Please take the lines from the one holding "#71=FACE_BOUND('',#70,.T.);" through the one holding "#99=ORIENTED_EDGE('',*,*,#98,.T.);" in the data below and copy them exactly.

Stored data entries:
════════════════

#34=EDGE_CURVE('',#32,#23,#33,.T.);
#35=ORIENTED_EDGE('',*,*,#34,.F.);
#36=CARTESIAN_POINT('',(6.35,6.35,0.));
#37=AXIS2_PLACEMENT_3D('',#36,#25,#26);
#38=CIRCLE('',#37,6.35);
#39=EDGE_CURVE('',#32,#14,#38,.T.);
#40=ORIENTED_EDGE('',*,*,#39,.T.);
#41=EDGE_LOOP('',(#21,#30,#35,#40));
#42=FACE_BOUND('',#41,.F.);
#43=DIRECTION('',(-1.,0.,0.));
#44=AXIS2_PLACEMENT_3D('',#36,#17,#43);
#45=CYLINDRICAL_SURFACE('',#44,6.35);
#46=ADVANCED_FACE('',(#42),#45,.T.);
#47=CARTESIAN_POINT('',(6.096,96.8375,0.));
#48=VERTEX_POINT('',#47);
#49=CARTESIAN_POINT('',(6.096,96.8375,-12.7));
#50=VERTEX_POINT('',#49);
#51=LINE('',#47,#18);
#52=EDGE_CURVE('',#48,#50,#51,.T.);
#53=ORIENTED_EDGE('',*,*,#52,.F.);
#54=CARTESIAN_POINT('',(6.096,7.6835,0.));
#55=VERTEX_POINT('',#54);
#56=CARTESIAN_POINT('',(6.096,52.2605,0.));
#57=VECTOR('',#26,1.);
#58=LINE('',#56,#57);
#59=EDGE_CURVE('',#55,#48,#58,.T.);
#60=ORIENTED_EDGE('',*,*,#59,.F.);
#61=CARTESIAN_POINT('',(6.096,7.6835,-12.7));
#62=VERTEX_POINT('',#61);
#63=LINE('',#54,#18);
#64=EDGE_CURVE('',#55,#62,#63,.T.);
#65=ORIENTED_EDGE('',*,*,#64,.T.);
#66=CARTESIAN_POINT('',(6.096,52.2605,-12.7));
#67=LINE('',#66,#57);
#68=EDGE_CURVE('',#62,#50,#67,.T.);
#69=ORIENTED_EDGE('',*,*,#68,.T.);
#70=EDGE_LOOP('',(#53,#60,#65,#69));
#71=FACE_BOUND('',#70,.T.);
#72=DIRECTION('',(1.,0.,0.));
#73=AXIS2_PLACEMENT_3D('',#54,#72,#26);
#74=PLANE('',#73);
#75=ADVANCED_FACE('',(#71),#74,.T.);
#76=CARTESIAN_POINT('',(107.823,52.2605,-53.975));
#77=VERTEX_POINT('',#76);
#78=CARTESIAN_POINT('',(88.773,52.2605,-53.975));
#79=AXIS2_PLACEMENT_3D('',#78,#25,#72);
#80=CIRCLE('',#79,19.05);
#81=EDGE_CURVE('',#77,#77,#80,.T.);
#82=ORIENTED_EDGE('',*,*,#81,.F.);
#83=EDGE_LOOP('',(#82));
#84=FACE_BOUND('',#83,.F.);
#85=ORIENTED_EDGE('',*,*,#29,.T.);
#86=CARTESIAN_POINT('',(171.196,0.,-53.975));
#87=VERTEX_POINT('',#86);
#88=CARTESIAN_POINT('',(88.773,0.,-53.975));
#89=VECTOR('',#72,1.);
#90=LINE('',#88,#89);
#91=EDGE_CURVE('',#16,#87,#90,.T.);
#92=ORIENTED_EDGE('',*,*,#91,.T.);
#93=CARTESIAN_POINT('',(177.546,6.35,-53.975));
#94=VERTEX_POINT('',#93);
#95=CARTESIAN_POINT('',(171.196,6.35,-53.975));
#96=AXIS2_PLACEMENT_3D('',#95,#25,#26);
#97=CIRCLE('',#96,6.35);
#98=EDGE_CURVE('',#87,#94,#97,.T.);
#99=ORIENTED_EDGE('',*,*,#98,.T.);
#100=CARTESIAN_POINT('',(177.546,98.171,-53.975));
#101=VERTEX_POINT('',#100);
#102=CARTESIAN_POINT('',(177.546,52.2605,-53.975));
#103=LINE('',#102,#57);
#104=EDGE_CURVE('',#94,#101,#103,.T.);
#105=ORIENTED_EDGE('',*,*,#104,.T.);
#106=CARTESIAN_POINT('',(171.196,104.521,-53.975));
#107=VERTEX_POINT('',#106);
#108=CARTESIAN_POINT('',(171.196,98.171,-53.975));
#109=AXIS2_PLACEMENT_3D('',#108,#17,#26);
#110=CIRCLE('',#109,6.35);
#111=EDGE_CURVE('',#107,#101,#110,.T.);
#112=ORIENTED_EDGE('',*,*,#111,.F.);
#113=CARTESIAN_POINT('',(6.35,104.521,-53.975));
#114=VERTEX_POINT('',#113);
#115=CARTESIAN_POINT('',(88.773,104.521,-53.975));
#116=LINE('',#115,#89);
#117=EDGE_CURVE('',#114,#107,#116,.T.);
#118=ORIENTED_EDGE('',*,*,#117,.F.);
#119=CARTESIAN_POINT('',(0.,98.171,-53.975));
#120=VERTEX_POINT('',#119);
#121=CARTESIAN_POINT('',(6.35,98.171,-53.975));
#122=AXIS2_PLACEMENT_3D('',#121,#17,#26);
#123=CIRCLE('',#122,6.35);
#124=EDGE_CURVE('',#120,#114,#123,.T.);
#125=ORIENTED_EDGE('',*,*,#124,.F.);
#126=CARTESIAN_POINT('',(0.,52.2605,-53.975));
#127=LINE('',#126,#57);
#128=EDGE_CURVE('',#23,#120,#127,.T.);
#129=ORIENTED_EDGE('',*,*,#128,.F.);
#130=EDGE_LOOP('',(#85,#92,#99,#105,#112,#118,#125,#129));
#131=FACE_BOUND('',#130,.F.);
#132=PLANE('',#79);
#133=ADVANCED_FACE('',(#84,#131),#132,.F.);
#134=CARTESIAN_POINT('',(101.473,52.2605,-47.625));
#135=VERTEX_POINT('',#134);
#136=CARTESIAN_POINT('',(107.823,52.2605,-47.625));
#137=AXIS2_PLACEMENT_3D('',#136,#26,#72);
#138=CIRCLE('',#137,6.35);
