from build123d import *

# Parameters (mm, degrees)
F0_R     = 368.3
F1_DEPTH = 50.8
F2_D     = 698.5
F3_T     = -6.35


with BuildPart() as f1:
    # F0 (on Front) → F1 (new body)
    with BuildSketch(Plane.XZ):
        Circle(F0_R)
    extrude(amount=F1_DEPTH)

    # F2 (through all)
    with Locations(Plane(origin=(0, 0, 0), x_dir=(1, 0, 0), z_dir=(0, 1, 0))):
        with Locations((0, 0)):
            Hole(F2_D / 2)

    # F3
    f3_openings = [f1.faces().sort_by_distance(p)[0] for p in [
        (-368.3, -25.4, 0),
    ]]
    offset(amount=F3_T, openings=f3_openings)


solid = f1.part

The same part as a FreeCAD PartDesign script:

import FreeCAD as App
import Part
import Sketcher
Q = App.Units.Quantity


def faces_at(feature, points):
    """Names of the faces that lie closest to the given points."""
    faces = feature.Shape.Faces
    near = lambda p: min(range(len(faces)), key=lambda i: faces[i].distToShape(Part.Vertex(*p))[0])
    return sorted({f"Face{near(p) + 1}" for p in points})

doc = App.newDocument("Part")
body = doc.addObject("PartDesign::Body", "Body")

# Sketch on XZ plane
sketch1 = body.newObject("Sketcher::SketchObject", "Sketch")
sketch1.AttachmentSupport = (doc.getObject("XZ_Plane"), [""])
sketch1.MapMode = "FlatFace"
sketch1.addGeometry(Part.Circle(App.Vector(0, 0, 0), App.Vector(0, 0, 1), 368), False)
sketch1.addConstraint(Sketcher.Constraint("Coincident", 0, 3, -1, 1))
sketch1.addConstraint(Sketcher.Constraint("Diameter", 0, Q("29 in")))
pad1 = body.newObject("PartDesign::Pad", "Pad")
pad1.Profile = sketch1
pad1.Length = Q("2 in")

# Sketch on XZ plane
sketch2 = body.newObject("Sketcher::SketchObject", "Sketch001")
sketch2.AttachmentSupport = (doc.getObject("XZ_Plane"), [""])
sketch2.MapMode = "FlatFace"
sketch2.addGeometry(Part.Circle(App.Vector(0, 0, 0), App.Vector(0, 0, 1), 349), False)
sketch2.addConstraint(Sketcher.Constraint("Coincident", 0, 3, -1, 1))
sketch2.addConstraint(Sketcher.Constraint("Diameter", 0, Q("27.5 in")))
doc.recompute()
hole = body.newObject("PartDesign::Hole", "Hole")
hole.Profile = sketch2
hole.ThreadType = "None"
hole.Diameter = Q("27.5 in")
hole.DepthType = "ThroughAll"
hole.Reversed = True
doc.recompute()

thickness = body.newObject("PartDesign::Thickness", "Thickness")
thickness.Base = (hole, faces_at(hole, [(-368.3, -25.4, 0)]))
thickness.Value = Q("0.25 in")
thickness.Reversed = True
thickness.Join = "Arc"

doc.recompute()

════════════════

→ WRITTEN REPLY:
#71=FACE_BOUND('',#70,.T.);
#72=DIRECTION('',(1.,0.,0.));
#73=AXIS2_PLACEMENT_3D('',#54,#72,#26);
#74=PLANE('',#73);
#75=ADVANCED_FACE('',(#71),#74,.T.);
#76=CARTESIAN_POINT('',(107.823,52.2605,-53.975));
#77=VERTEX_POINT('',#76);
#78=CARTESIAN_POINT('',(88.773,52.2605,-53.975));
#79=AXIS2_PLACEMENT_3D('',#78,#25,#72);
#80=CIRCLE('',#79,19.05);
#81=EDGE_CURVE('',#77,#77,#80,.T.);
#82=ORIENTED_EDGE('',*,*,#81,.F.);
#83=EDGE_LOOP('',(#82));
#84=FACE_BOUND('',#83,.F.);
#85=ORIENTED_EDGE('',*,*,#29,.T.);
#86=CARTESIAN_POINT('',(171.196,0.,-53.975));
#87=VERTEX_POINT('',#86);
#88=CARTESIAN_POINT('',(88.773,0.,-53.975));
#89=VECTOR('',#72,1.);
#90=LINE('',#88,#89);
#91=EDGE_CURVE('',#16,#87,#90,.T.);
#92=ORIENTED_EDGE('',*,*,#91,.T.);
#93=CARTESIAN_POINT('',(177.546,6.35,-53.975));
#94=VERTEX_POINT('',#93);
#95=CARTESIAN_POINT('',(171.196,6.35,-53.975));
#96=AXIS2_PLACEMENT_3D('',#95,#25,#26);
#97=CIRCLE('',#96,6.35);
#98=EDGE_CURVE('',#87,#94,#97,.T.);
#99=ORIENTED_EDGE('',*,*,#98,.T.);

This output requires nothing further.